Interestingly, in 2002 the Nobel Prize for economics was awarded to a psychologist rather than an economist. Daniel Kahneman was awarded the prize for “having integrated insights from psychological research into economic science, especially concerning human judgment and decision-making under uncertainty.” (The Sveriges Riksbank Prize 2002). The research, which Kahneman conducted with Amos Tversky and other psychologists, outlined the basic psychological foundation behind decision-making, significantly changing our understanding of human behavior. It affected not only our understanding of economics but also other areas, including project management.
DECISION ANALYSIS TODAY
Built on the work of many scholars in numerous fields, decision analysis has now become a practical framework that helps to solve many problems in different areas, including project management. The methodology is widely used by many companies—General Motors, DuPont, Boeing, Eli Lilly, AT&T, Exxon Mobil, Shell, Chevron, BP Amoco, Novartis, Baxter Bioscience, Bristol-Myers Squibb, and Johnson & Johnson, to name a few—and in government agencies such as the Department of Defense, Department of Homeland Security, and NASA. Because easy-to-use decision analysis software tools have become widely available, the adoption of decision analysis methods in all types of organizations, including small and medium-sized companies, has accelerated (see Appendix A).

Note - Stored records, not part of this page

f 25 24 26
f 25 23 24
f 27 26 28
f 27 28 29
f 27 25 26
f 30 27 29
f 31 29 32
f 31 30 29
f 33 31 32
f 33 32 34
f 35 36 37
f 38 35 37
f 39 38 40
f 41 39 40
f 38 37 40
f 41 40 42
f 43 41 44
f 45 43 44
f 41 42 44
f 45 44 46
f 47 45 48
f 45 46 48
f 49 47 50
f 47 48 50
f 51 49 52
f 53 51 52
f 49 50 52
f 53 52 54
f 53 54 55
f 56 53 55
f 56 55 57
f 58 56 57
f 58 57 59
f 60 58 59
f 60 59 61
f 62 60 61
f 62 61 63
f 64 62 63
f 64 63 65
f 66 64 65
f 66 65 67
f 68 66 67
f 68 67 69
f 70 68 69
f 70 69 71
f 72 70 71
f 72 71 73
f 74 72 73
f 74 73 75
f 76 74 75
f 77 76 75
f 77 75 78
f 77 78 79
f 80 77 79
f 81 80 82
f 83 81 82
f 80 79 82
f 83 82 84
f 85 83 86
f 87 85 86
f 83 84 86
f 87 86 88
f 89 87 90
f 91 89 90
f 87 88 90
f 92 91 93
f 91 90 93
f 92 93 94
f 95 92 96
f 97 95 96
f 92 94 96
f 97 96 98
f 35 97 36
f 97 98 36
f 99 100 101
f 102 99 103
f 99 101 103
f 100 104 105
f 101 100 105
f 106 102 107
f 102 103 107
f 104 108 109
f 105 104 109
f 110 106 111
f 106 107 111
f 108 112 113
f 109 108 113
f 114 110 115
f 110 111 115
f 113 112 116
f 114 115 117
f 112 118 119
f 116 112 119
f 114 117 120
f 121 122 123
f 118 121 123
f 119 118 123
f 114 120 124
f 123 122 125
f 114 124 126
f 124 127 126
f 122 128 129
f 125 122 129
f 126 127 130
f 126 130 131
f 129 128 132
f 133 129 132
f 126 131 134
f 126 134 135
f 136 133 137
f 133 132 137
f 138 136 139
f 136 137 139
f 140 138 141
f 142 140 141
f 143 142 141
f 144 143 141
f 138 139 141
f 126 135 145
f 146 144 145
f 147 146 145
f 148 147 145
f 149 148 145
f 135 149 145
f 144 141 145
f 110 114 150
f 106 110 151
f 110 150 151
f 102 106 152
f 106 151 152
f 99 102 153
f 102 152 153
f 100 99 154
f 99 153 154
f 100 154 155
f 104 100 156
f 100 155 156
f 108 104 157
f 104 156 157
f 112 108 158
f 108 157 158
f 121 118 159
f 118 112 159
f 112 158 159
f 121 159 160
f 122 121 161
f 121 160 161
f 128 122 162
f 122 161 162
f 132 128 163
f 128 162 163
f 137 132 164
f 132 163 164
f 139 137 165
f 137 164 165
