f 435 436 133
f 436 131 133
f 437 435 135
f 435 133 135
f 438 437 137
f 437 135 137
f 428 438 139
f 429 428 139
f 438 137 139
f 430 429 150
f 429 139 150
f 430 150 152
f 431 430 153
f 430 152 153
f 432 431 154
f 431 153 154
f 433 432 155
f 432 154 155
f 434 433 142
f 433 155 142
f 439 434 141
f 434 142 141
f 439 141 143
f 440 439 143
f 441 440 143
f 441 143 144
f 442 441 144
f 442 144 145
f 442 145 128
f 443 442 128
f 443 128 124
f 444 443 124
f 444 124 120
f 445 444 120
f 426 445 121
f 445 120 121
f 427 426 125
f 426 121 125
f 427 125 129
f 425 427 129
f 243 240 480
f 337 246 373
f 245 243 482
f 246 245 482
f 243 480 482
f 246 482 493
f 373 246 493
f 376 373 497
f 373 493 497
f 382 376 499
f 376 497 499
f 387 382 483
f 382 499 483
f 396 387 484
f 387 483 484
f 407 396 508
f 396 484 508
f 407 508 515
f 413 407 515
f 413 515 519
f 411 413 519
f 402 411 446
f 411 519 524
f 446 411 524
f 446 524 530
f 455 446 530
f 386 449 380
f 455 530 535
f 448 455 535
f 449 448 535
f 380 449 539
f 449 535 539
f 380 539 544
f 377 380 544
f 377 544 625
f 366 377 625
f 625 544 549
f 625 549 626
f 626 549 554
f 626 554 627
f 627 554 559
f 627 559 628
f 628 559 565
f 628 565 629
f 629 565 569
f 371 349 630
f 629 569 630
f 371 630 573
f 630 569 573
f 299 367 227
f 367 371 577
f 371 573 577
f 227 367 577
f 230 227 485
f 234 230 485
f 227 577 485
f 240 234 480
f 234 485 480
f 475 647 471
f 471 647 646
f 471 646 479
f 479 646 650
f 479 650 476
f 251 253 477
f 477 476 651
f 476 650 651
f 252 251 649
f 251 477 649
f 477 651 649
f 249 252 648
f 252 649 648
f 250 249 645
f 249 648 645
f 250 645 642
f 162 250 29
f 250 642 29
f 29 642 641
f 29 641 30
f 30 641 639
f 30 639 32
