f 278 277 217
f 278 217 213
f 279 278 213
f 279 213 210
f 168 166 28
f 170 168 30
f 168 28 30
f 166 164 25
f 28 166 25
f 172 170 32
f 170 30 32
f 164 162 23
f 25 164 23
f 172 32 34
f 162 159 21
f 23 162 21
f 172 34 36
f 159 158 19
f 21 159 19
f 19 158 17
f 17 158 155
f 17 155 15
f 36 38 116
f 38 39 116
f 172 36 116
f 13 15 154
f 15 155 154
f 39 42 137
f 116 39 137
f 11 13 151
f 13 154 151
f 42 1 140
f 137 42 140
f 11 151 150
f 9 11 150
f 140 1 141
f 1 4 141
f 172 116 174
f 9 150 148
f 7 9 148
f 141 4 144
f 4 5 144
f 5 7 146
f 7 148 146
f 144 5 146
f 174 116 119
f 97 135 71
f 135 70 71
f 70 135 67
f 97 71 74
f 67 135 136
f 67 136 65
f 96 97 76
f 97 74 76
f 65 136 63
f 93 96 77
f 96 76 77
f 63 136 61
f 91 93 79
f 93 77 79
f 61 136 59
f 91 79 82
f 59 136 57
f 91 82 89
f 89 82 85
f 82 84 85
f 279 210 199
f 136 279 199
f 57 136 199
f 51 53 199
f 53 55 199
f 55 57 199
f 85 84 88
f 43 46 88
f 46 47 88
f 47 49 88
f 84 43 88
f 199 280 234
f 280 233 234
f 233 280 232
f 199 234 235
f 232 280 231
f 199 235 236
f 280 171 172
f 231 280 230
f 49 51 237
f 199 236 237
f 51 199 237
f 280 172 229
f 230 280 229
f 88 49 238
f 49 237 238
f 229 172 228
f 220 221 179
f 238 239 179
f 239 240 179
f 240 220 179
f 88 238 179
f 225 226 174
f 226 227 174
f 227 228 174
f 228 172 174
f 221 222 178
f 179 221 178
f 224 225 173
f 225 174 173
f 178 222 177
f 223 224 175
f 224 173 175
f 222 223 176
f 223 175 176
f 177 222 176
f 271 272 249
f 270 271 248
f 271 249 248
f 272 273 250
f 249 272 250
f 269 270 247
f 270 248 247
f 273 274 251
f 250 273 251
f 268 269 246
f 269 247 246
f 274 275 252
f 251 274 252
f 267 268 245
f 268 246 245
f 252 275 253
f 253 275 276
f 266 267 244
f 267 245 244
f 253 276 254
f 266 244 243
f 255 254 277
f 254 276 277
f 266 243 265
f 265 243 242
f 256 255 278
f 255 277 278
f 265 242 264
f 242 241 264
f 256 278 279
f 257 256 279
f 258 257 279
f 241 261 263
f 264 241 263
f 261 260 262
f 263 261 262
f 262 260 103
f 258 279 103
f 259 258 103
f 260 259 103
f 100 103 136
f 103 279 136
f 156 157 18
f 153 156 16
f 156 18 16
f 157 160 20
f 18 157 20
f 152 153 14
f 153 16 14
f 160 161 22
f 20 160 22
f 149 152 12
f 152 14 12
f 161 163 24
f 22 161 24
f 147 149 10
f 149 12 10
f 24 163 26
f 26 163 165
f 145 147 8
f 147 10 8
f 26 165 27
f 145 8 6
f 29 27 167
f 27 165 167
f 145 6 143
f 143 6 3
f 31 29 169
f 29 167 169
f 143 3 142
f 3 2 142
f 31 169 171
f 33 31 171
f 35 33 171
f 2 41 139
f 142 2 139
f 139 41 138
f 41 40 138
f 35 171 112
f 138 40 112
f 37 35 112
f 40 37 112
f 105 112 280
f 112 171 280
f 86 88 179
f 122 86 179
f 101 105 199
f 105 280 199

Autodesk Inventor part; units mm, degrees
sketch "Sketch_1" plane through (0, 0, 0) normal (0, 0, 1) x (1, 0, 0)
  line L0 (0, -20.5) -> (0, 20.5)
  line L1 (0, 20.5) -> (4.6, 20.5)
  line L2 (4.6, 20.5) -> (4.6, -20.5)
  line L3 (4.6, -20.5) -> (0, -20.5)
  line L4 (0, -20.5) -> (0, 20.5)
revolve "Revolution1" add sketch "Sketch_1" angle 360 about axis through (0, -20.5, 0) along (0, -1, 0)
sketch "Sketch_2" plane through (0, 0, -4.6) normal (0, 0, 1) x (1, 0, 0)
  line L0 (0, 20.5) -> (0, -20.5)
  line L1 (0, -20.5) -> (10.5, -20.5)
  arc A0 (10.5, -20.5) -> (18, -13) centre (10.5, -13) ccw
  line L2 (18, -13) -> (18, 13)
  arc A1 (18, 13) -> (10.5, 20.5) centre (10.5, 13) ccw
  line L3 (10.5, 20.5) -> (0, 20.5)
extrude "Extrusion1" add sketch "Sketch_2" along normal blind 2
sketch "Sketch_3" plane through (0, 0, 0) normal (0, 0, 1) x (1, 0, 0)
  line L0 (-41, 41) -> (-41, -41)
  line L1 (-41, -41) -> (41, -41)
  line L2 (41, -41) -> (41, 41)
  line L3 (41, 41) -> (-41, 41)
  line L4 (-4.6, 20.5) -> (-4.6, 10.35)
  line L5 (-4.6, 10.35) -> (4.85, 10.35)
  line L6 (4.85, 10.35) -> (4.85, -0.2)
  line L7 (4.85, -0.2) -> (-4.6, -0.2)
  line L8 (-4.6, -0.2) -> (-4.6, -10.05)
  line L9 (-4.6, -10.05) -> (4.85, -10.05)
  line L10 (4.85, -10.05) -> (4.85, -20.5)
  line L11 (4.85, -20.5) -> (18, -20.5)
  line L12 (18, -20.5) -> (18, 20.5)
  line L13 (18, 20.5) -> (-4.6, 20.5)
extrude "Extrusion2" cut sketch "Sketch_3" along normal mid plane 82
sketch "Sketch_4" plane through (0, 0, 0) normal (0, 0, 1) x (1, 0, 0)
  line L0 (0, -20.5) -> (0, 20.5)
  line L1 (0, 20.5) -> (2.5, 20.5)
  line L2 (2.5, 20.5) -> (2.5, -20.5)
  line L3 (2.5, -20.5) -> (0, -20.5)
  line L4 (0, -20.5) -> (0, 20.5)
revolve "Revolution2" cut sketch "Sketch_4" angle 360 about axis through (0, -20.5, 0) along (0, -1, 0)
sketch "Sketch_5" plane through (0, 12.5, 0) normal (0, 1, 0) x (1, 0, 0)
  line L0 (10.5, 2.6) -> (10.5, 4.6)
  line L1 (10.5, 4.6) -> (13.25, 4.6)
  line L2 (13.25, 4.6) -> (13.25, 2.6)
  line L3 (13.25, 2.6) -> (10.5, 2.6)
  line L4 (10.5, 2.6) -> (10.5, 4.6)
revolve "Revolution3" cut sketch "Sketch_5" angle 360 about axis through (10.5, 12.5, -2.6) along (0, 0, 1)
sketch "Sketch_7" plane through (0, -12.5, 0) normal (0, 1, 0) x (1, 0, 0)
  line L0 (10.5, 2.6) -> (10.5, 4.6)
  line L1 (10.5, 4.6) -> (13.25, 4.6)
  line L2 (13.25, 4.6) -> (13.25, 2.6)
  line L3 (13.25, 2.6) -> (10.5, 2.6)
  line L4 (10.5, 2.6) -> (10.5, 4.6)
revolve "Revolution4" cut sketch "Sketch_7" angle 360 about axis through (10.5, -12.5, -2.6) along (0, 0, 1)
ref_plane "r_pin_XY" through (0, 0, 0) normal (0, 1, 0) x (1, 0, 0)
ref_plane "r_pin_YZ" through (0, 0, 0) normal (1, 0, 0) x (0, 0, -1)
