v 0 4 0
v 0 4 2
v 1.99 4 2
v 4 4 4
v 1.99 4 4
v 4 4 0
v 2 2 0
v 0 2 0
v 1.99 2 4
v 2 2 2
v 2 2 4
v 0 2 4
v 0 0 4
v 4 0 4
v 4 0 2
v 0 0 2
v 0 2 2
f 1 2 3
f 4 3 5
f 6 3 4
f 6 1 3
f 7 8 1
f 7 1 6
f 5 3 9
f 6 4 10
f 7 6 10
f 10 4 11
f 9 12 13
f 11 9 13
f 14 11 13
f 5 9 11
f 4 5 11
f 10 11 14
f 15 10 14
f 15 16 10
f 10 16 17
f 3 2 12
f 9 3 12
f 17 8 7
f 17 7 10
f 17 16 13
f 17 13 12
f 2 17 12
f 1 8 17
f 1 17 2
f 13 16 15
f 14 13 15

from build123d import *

# Parameters (mm, degrees)
SKETCH1_W           = 4
SKETCH1_H           = 4
BOSS_EXTRUDE1_DEPTH = 4
CUT_EXTRUDE1_DEPTH  = 4
CUT_EXTRUDE7_DEPTH  = 1.99
SKETCH6_W           = 2
SKETCH6_H           = 2
CUT_EXTRUDE8_DEPTH  = 21.99


with BuildPart() as part:
    # Sketch1 → Boss-Extrude1 (new body)
    with BuildSketch(Plane.XY):
        with Locations((2, 2)):
            Rectangle(SKETCH1_W, SKETCH1_H)
    extrude(amount=BOSS_EXTRUDE1_DEPTH)

    # Sketch2 → Cut-Extrude1 (cut)
    with BuildSketch(Plane.XY.offset(4)):
        Polygon((4, 4), (2, 2), (4, 0), align=None)
    extrude(amount=-CUT_EXTRUDE1_DEPTH, mode=Mode.SUBTRACT)

    # Sketch5 → Cut-Extrude7 (cut)
    with BuildSketch(Plane.ZY):
        Polygon((2, 4), (4, 2), (4, 4), align=None)
    extrude(amount=-CUT_EXTRUDE7_DEPTH, mode=Mode.SUBTRACT)

    # Sketch6 → Cut-Extrude8 (cut)
    with BuildSketch(Plane.ZY):
        with Locations((1, 1)):
            Rectangle(SKETCH6_W, SKETCH6_H)
    extrude(amount=-CUT_EXTRUDE8_DEPTH, mode=Mode.SUBTRACT)


solid = part.part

Many universities, including Stanford University, Harvard University, Duke University, the London School of Economics and Political Science, UCLA, and the University of Massachusetts, offer courses in decision analysis. And a substantial number of scientific papers, textbooks, and reference works on the subject have been published in recent years (Keefer and Kirkwood 2004).
Experts in decision analysis have joined together in a number of professional organizations, one being the Decision Analysis Society. The Decision Analysis Society is a subdivision of the Institute for Operations Research and the Management Sciences (INFORMS). It publishes the journal Decision Analysis and has group meetings in conjunction with INFORMS annual meetings. Another professional group, the Decision Analysis Affinity Group (DAAG), focuses mostly on practical aspects of decision analysis. Project decision and risk analysis is a part of the agenda of the Risk Special Interest Group (RiskSIG) of the Project Management Institute (PMI). The Society for Judgment and Decision-making (SJDM) focuses mostly on the behavioral aspects of decision theory. DAAG, RiskSIG, and SJDM hold annual meetings where members and invited experts share their research and practical applications.
Wrong decisions are a burden that people working in different industries impose on each other and on society at large.
Making decisions related to real life problems is a complex process due to multiple objectives, complex structures, multiple risks and uncertainties, and multiple stakeholders.
The advocacy-based approach to decision-making often involves an intuitive assessment of the problem and does not necessarily lead to better decisions; the alternative to this approach is the decision analysis process.
Government regulations and industry pressure are the main driving forces behind the active integration of decision analysis into organizational processes.
Decision analysis is based on extensive research in mathematics, logic, and psychology; today, decision analysis is a framework of methods and tools that help people and organizations make quality decisions.